I recently performed my weepy acoustic songs about girls (I was amazing, BTW) at the grand opening weekend of the Little Wing performance space. It’s housed in what was once The Candyman Strings & Things. Losing the record store portion of the business was a real drag but, like the almighty phoenix, something more powerful has risen from its ashes.
Part concert space, part musical education annex, Little Wing (candy manlittlewing.com) is open to any and all music lovers interested in learning about promotion, playing instruments or just plain listening to music. A safe, drug- and alcohol-free space, Little Wing is where those too young to get into bars can attend and play concerts. It’s also a place where they can take classes and learn how to produce shows themselves. Additionally, Little Wing can be rented out for performances for a mere $200, significantly cheaper than similar spaces.
For one of Little Wing’s first concerts, prog-punk act Man Hurls Hedgehog and funky jazz-metal band ArC are set to play.
“Concerts will make up about half of the Little Wing equation, but we’ve got a lot of workshops and clinics planned as well,” Director Ross Hamlin tells SFR.
Workshops will be run in a series format, the clinics as one-off events.
“Be it conducting, drum-work, music theory, piano, guitar technique, singing or even modern music software, I’m hoping we’ll be able to offer workshops on just about anything,” Hamlin says. “So many local musicians seem interested in volunteering, so we should have some pretty diverse programming.”
(I’ll be offering a promotion workshop to show kids how to throw a show for little more than 6 bucks, the cost of fliers.)
Kids can also take classes at Candyman School of Rock, a series of rocking-out lessons helmed by Peter Williams, local music new-god and bassist for The Reverend Karol King Kong. Hamlin envisions Little Wing as an alternative to what he considers a stale local scene.
“Considering the lackluster crowds that attend shows in Santa Fe, Little Wing will be cool in that we’ve set it up to cater to those who specifically want to listen to and play music,” he says. “There aren’t many bars that cater to musicians around here; it’s like the music is an afterthought.”

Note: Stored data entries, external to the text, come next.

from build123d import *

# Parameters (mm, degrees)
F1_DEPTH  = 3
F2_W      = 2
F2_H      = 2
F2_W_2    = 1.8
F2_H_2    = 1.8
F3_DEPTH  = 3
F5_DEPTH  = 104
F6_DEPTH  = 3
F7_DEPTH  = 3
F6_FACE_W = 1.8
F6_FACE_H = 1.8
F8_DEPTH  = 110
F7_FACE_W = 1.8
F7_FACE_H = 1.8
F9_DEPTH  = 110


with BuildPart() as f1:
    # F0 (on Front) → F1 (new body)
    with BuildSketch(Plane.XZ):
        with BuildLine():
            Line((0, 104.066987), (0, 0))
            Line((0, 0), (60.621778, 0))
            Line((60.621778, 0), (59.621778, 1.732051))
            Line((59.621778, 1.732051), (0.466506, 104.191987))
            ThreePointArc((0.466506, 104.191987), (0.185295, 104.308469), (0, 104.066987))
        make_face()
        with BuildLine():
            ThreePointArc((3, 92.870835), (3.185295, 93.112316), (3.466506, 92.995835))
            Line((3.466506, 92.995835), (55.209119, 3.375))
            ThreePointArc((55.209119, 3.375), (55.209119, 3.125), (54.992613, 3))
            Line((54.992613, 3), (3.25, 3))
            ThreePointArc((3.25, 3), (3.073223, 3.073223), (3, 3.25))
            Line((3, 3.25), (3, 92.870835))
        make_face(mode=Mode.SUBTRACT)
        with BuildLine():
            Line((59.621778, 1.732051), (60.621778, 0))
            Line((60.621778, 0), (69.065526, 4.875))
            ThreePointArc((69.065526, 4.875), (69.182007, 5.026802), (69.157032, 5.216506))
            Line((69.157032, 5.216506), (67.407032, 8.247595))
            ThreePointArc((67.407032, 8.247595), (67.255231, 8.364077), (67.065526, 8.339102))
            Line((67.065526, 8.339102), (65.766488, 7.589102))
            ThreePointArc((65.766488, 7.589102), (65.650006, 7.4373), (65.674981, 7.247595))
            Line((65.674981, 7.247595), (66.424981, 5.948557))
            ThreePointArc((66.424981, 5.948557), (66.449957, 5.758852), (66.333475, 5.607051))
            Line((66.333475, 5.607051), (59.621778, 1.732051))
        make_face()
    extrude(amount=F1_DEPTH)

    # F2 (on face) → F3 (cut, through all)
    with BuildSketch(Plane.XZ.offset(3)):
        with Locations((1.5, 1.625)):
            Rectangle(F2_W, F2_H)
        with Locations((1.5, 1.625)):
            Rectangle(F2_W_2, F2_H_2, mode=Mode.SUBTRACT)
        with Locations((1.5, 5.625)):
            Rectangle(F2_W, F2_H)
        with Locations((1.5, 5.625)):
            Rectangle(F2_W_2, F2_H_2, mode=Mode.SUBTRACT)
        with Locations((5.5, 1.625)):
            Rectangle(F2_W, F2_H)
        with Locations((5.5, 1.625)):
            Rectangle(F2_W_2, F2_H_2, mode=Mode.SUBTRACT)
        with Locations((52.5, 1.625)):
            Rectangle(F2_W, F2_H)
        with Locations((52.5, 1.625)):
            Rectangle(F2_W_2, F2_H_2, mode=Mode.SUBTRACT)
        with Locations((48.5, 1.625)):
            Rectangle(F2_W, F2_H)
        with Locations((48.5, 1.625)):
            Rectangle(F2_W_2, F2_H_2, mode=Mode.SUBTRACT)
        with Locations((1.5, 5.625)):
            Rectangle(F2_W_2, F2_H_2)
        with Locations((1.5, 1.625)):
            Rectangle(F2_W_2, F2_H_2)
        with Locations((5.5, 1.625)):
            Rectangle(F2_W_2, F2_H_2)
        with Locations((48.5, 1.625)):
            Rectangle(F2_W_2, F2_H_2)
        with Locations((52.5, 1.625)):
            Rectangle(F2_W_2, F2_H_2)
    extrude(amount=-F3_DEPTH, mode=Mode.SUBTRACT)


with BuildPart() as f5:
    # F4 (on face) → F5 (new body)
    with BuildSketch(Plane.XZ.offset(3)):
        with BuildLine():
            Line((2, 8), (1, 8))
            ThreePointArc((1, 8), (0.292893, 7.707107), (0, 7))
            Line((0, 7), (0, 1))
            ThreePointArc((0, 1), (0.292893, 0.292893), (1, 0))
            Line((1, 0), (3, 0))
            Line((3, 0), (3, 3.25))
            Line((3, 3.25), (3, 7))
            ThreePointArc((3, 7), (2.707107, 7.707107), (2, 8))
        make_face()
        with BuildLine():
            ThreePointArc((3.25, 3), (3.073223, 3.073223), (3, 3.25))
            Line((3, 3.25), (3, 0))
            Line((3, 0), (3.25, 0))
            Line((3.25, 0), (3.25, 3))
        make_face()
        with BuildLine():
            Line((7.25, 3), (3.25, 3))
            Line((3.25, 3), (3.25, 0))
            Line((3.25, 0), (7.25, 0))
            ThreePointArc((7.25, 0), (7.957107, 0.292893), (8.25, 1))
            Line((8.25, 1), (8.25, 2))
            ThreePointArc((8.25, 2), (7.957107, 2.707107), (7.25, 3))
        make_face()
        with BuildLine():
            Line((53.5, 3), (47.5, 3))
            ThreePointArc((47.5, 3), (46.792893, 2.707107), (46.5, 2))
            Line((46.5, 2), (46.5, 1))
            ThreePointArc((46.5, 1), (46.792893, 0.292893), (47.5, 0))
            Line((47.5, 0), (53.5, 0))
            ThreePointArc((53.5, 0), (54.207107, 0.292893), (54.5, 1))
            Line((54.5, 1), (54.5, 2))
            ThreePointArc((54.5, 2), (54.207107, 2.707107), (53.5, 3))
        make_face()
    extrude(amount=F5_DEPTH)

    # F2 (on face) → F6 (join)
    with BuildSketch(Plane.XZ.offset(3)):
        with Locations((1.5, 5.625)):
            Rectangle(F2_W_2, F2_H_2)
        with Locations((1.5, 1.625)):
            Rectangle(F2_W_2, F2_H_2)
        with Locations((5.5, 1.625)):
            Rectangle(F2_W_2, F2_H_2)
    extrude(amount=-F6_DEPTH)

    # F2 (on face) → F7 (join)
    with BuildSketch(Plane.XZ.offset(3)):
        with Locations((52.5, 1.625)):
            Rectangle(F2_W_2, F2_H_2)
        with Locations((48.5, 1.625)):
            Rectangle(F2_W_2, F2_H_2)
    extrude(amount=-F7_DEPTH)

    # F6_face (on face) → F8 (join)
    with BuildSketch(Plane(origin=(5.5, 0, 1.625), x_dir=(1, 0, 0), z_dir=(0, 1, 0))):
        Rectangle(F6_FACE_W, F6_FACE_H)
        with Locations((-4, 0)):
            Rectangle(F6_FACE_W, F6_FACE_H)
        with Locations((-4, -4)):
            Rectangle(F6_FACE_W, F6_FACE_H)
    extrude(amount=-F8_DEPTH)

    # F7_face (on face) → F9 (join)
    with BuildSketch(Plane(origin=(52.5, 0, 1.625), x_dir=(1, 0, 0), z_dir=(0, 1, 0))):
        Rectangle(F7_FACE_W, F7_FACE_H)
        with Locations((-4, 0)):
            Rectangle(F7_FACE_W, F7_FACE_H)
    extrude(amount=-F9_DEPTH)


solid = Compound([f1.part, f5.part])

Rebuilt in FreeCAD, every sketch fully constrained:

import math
import FreeCAD as App
import Part
import Sketcher

V = App.Vector
Q = App.Units.Quantity


def add_polygon(sketch, points):
    """Adds a closed chain of lines whose ends are joined by coincident constraints."""
    first, n = sketch.GeometryCount, len(points)
    for a, b in zip(points, points[1:] + points[:1]):
        sketch.addGeometry(Part.LineSegment(App.Vector(*a, 0), App.Vector(*b, 0)), False)
    for i in range(n):
        sketch.addConstraint(Sketcher.Constraint("Coincident", first + i, 2, first + (i + 1) % n, 1))

doc = App.newDocument("Part")
body = doc.addObject("PartDesign::Body", "Body")

sketch1 = body.newObject("Sketcher::SketchObject", "Sketch")
sketch1.AttachmentSupport = (doc.getObject("XZ_Plane"), [""])
sketch1.MapMode = "FlatFace"
sketch1.addGeometry(Part.LineSegment(V(0, 104.07, 0), V(0, 0, 0)), False)
sketch1.addGeometry(Part.LineSegment(V(0, 0, 0), V(60.62, 0, 0)), False)
sketch1.addGeometry(Part.LineSegment(V(60.62, 0, 0), V(69.07, 4.88, 0)), False)
sketch1.addGeometry(Part.ArcOfCircle(Part.Circle(V(68.94, 5.09, 0), V(0, 0, 1), 0.25), math.radians(-60), math.radians(30)), False)
sketch1.addGeometry(Part.LineSegment(V(69.16, 5.22, 0), V(67.41, 8.25, 0)), False)
sketch1.addGeometry(Part.ArcOfCircle(Part.Circle(V(67.19, 8.12, 0), V(0, 0, 1), 0.25), math.radians(30), math.radians(120)), False)
sketch1.addGeometry(Part.LineSegment(V(67.07, 8.34, 0), V(65.77, 7.59, 0)), False)
sketch1.addGeometry(Part.ArcOfCircle(Part.Circle(V(65.89, 7.37, 0), V(0, 0, 1), 0.25), math.radians(120), math.radians(210)), False)
sketch1.addGeometry(Part.LineSegment(V(65.67, 7.25, 0), V(66.42, 5.95, 0)), False)
sketch1.addGeometry(Part.ArcOfCircle(Part.Circle(V(66.21, 5.82, 0), V(0, 0, 1), 0.25), math.radians(-60), math.radians(30)), False)
sketch1.addGeometry(Part.LineSegment(V(66.33, 5.61, 0), V(59.62, 1.73, 0)), False)
sketch1.addGeometry(Part.LineSegment(V(59.62, 1.73, 0), V(0.47, 104.19, 0)), False)
sketch1.addGeometry(Part.ArcOfCircle(Part.Circle(V(0.25, 104.07, 0), V(0, 0, 1), 0.25), math.radians(30), math.radians(180)), False)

Having a space with programming that emphasizes musical substance over booze consumption shouldn’t have to be novel, but it is. Not many clubs are equipped with PAs, leaving it up to the bands to rent the equipment and run the sound themselves from the stage. During my set at Little Wing, the sound setup was far from perfect but, to Hamlin’s credit, it does exist and Little Wing will have dedicated sound dudes on hand for its shows.
In addition to the performance and educational aspects, Little Wing sells a wide array of albums from local bands.

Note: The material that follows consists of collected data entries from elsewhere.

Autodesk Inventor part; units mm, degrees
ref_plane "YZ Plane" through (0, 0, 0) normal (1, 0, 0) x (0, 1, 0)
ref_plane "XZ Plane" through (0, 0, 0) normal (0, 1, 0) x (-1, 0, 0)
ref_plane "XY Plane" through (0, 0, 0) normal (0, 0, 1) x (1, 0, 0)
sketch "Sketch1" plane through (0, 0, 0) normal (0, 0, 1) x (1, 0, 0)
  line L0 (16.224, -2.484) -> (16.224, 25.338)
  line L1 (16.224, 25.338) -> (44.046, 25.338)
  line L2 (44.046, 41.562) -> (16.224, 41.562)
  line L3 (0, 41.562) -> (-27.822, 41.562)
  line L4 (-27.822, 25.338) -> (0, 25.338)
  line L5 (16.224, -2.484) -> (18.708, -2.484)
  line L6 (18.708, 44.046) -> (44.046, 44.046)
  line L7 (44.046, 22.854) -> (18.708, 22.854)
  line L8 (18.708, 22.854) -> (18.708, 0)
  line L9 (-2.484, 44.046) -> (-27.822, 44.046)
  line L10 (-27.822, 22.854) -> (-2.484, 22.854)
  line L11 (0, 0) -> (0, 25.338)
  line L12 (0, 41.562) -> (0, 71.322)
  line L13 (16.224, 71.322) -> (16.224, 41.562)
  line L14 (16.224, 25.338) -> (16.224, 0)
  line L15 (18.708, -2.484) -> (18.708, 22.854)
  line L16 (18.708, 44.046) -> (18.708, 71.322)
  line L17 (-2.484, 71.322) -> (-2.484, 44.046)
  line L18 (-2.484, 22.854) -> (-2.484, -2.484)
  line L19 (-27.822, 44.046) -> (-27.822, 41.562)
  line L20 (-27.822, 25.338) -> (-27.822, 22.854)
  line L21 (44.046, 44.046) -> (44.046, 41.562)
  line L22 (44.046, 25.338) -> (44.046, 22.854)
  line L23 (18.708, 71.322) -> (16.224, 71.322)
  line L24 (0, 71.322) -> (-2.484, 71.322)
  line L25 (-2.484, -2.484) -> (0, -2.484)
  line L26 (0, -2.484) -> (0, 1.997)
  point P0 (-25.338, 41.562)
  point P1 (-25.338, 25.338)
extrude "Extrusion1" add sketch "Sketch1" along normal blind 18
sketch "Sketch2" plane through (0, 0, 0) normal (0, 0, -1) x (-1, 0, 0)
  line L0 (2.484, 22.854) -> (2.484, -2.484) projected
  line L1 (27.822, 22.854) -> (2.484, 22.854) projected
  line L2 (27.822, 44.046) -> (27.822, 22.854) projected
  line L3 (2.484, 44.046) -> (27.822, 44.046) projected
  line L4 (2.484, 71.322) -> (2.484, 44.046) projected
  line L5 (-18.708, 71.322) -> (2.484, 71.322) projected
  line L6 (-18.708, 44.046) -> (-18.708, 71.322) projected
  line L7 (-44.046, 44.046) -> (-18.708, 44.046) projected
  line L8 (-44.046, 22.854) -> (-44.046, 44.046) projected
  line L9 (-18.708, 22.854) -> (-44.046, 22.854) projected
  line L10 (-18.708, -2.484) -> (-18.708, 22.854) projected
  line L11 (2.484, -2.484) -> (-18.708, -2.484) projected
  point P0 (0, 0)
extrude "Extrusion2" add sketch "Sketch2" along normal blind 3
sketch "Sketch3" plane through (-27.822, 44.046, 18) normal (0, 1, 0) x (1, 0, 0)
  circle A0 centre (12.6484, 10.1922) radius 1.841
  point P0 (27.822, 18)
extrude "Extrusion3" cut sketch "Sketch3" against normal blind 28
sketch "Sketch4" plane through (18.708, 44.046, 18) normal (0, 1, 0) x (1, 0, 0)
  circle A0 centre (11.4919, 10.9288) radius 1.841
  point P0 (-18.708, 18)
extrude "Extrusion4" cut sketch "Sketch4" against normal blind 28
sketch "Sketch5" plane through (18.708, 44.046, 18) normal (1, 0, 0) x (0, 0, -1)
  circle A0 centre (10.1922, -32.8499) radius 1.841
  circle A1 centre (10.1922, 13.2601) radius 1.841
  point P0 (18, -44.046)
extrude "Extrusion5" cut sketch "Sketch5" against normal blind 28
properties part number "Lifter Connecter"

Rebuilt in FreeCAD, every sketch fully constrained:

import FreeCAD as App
import Part
import Sketcher
from FreeCAD import Vector
Q = App.Units.Quantity

doc = App.newDocument("Part")
body = doc.addObject("PartDesign::Body", "Body")
body.AllowCompound = True

# Sketch on XY plane
sketch1 = body.newObject("Sketcher::SketchObject", "Sketch")
sketch1.AttachmentSupport = (doc.getObject("XY_Plane"), [""])
sketch1.MapMode = "FlatFace"
sketch1.addGeometry(Part.LineSegment(Vector(16.2, 25.3, 0), Vector(16.2, -2.5, 0)), False)
sketch1.addGeometry(Part.LineSegment(Vector(16.2, -2.5, 0), Vector(18.7, -2.5, 0)), False)
sketch1.addGeometry(Part.LineSegment(Vector(18.7, -2.5, 0), Vector(18.7, 22.9, 0)), False)
sketch1.addGeometry(Part.LineSegment(Vector(18.7, 22.9, 0), Vector(44, 22.9, 0)), False)
sketch1.addGeometry(Part.LineSegment(Vector(44, 22.9, 0), Vector(44, 25.3, 0)), False)
sketch1.addGeometry(Part.LineSegment(Vector(44, 25.3, 0), Vector(16.2, 25.3, 0)), False)
sketch1.addGeometry(Part.LineSegment(Vector(16.2, 41.6, 0), Vector(44, 41.6, 0)), False)
sketch1.addGeometry(Part.LineSegment(Vector(44, 41.6, 0), Vector(44, 44, 0)), False)
sketch1.addGeometry(Part.LineSegment(Vector(44, 44, 0), Vector(18.7, 44, 0)), False)
sketch1.addGeometry(Part.LineSegment(Vector(18.7, 44, 0), Vector(18.7, 71.3, 0)), False)
sketch1.addGeometry(Part.LineSegment(Vector(18.7, 71.3, 0), Vector(16.2, 71.3, 0)), False)
sketch1.addGeometry(Part.LineSegment(Vector(16.2, 71.3, 0), Vector(16.2, 41.6, 0)), False)
sketch1.addGeometry(Part.LineSegment(Vector(-27.8, 41.6, 0), Vector(0, 41.6, 0)), False)
sketch1.addGeometry(Part.LineSegment(Vector(0, 41.6, 0), Vector(0, 71.3, 0)), False)
sketch1.addGeometry(Part.LineSegment(Vector(0, 71.3, 0), Vector(-2.5, 71.3, 0)), False)
sketch1.addGeometry(Part.LineSegment(Vector(-2.5, 71.3, 0), Vector(-2.5, 44, 0)), False)
sketch1.addGeometry(Part.LineSegment(Vector(-2.5, 44, 0), Vector(-27.8, 44, 0)), False)
sketch1.addGeometry(Part.LineSegment(Vector(-27.8, 44, 0), Vector(-27.8, 41.6, 0)), False)
sketch1.addGeometry(Part.LineSegment(Vector(0, 25.3, 0), Vector(-27.8, 25.3, 0)), False)
sketch1.addGeometry(Part.LineSegment(Vector(-27.8, 25.3, 0), Vector(-27.8, 22.9, 0)), False)
sketch1.addGeometry(Part.LineSegment(Vector(-27.8, 22.9, 0), Vector(-2.5, 22.9, 0)), False)
sketch1.addGeometry(Part.LineSegment(Vector(-2.5, 22.9, 0), Vector(-2.5, -2.5, 0)), False)
sketch1.addGeometry(Part.LineSegment(Vector(-2.5, -2.5, 0), Vector(0, -2.5, 0)), False)
sketch1.addGeometry(Part.LineSegment(Vector(0, -2.5, 0), Vector(0, 25.3, 0)), False)
sketch1.addConstraint(Sketcher.Constraint("Coincident", 0, 2, 1, 1))
sketch1.addConstraint(Sketcher.Constraint("Coincident", 1, 2, 2, 1))
sketch1.addConstraint(Sketcher.Constraint("Coincident", 2, 2, 3, 1))
sketch1.addConstraint(Sketcher.Constraint("Coincident", 3, 2, 4, 1))
sketch1.addConstraint(Sketcher.Constraint("Coincident", 4, 2, 5, 1))
sketch1.addConstraint(Sketcher.Constraint("Coincident", 5, 2, 0, 1))
sketch1.addConstraint(Sketcher.Constraint("Coincident", 6, 2, 7, 1))
sketch1.addConstraint(Sketcher.Constraint("Coincident", 7, 2, 8, 1))
sketch1.addConstraint(Sketcher.Constraint("Coincident", 8, 2, 9, 1))
sketch1.addConstraint(Sketcher.Constraint("Coincident", 9, 2, 10, 1))
sketch1.addConstraint(Sketcher.Constraint("Coincident", 10, 2, 11, 1))
sketch1.addConstraint(Sketcher.Constraint("Coincident", 11, 2, 6, 1))
sketch1.addConstraint(Sketcher.Constraint("Coincident", 12, 2, 13, 1))
sketch1.addConstraint(Sketcher.Constraint("Coincident", 13, 2, 14, 1))
sketch1.addConstraint(Sketcher.Constraint("Coincident", 14, 2, 15, 1))
sketch1.addConstraint(Sketcher.Constraint("Coincident", 15, 2, 16, 1))
sketch1.addConstraint(Sketcher.Constraint("Coincident", 16, 2, 17, 1))
sketch1.addConstraint(Sketcher.Constraint("Coincident", 17, 2, 12, 1))
sketch1.addConstraint(Sketcher.Constraint("Coincident", 18, 2, 19, 1))
sketch1.addConstraint(Sketcher.Constraint("Coincident", 19, 2, 20, 1))
sketch1.addConstraint(Sketcher.Constraint("Coincident", 20, 2, 21, 1))
sketch1.addConstraint(Sketcher.Constraint("Coincident", 21, 2, 22, 1))
sketch1.addConstraint(Sketcher.Constraint("Coincident", 22, 2, 23, 1))
sketch1.addConstraint(Sketcher.Constraint("Coincident", 23, 2, 18, 1))
sketch1.addConstraint(Sketcher.Constraint("Vertical", 0))
sketch1.addConstraint(Sketcher.Constraint("Horizontal", 1))
sketch1.addConstraint(Sketcher.Constraint("Vertical", 2))
sketch1.addConstraint(Sketcher.Constraint("Horizontal", 3))
sketch1.addConstraint(Sketcher.Constraint("Vertical", 4))
sketch1.addConstraint(Sketcher.Constraint("Horizontal", 5))
sketch1.addConstraint(Sketcher.Constraint("Horizontal", 6))
sketch1.addConstraint(Sketcher.Constraint("Vertical", 7))
sketch1.addConstraint(Sketcher.Constraint("Horizontal", 8))
sketch1.addConstraint(Sketcher.Constraint("Vertical", 9))
sketch1.addConstraint(Sketcher.Constraint("Horizontal", 10))
sketch1.addConstraint(Sketcher.Constraint("Vertical", 11))
sketch1.addConstraint(Sketcher.Constraint("Horizontal", 12))
sketch1.addConstraint(Sketcher.Constraint("Vertical", 13))
sketch1.addConstraint(Sketcher.Constraint("Horizontal", 14))
sketch1.addConstraint(Sketcher.Constraint("Vertical", 15))
sketch1.addConstraint(Sketcher.Constraint("Horizontal", 16))
sketch1.addConstraint(Sketcher.Constraint("Vertical", 17))
sketch1.addConstraint(Sketcher.Constraint("Horizontal", 18))
sketch1.addConstraint(Sketcher.Constraint("Vertical", 19))
sketch1.addConstraint(Sketcher.Constraint("Horizontal", 20))
sketch1.addConstraint(Sketcher.Constraint("Vertical", 21))
sketch1.addConstraint(Sketcher.Constraint("Horizontal", 22))
sketch1.addConstraint(Sketcher.Constraint("Vertical", 23))
sketch1.addConstraint(Sketcher.Constraint("PointOnObject", 12, 2, -2))
sketch1.addConstraint(Sketcher.Constraint("PointOnObject", 22, 2, -2))
sketch1.addConstraint(Sketcher.Constraint("Horizontal", 11, 2, 12, 2))
sketch1.addConstraint(Sketcher.Constraint("Horizontal", 10, 2, 13, 2))
sketch1.addConstraint(Sketcher.Constraint("Horizontal", 8, 2, 15, 2))
sketch1.addConstraint(Sketcher.Constraint("Horizontal", 5, 2, 18, 2))
sketch1.addConstraint(Sketcher.Constraint("Horizontal", 3, 2, 19, 2))
sketch1.addConstraint(Sketcher.Constraint("Horizontal", 1, 2, 21, 2))
sketch1.addConstraint(Sketcher.Constraint("Vertical", 4, 2, 6, 2))
sketch1.addConstraint(Sketcher.Constraint("Vertical", 2, 2, 8, 2))
sketch1.addConstraint(Sketcher.Constraint("Vertical", 5, 2, 10, 2))
sketch1.addConstraint(Sketcher.Constraint("Vertical", 17, 2, 18, 2))
sketch1.addConstraint(Sketcher.Constraint("Vertical", 15, 2, 20, 2))
sketch1.addConstraint(Sketcher.Constraint("Equal", 6, 12))
sketch1.addConstraint(Sketcher.Constraint("Equal", 10, 14))
sketch1.addConstraint(Sketcher.Constraint("Equal", 18, 0))
sketch1.addConstraint(Sketcher.Constraint("Equal", 20, 2))
sketch1.addConstraint(Sketcher.Constraint("Equal", 4, 7))
sketch1.addConstraint(Sketcher.Constraint("DistanceY", 11, 2, 11, 1, Q("29.76 mm")))
sketch1.addConstraint(Sketcher.Constraint("DistanceX", 1, 1, 1, 2, Q("2.484 mm")))
sketch1.addConstraint(Sketcher.Constraint("DistanceX", 3, 1, 3, 2, Q("25.338 mm")))
sketch1.addConstraint(Sketcher.Constraint("DistanceX", -1, 1, 0, 2, Q("16.224 mm")))
sketch1.addConstraint(Sketcher.Constraint("DistanceY", 0, 2, -1, 1, Q("2.484 mm")))
sketch1.addConstraint(Sketcher.Constraint("DistanceY", -1, 1, 6, 2, Q("41.562 mm")))
pad1 = body.newObject("PartDesign::Pad", "Pad")
pad1.Profile = sketch1
pad1.Length = 18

“When The Candyman disinte grated, we wound up with a huge stockpile of records from local bands. We’ll have the largest selection of alllocal music in town,” Hamlin says.
Little Wing isn’t the only space in town offering youth-oriented programming but, considering that venues such as Warehouse 21 have seen better days—both in concert frequency as well as interested kids—Little Wing’s “We’re all in this together!” mentality is a boon for the local scene. Hopefully, people will take notice.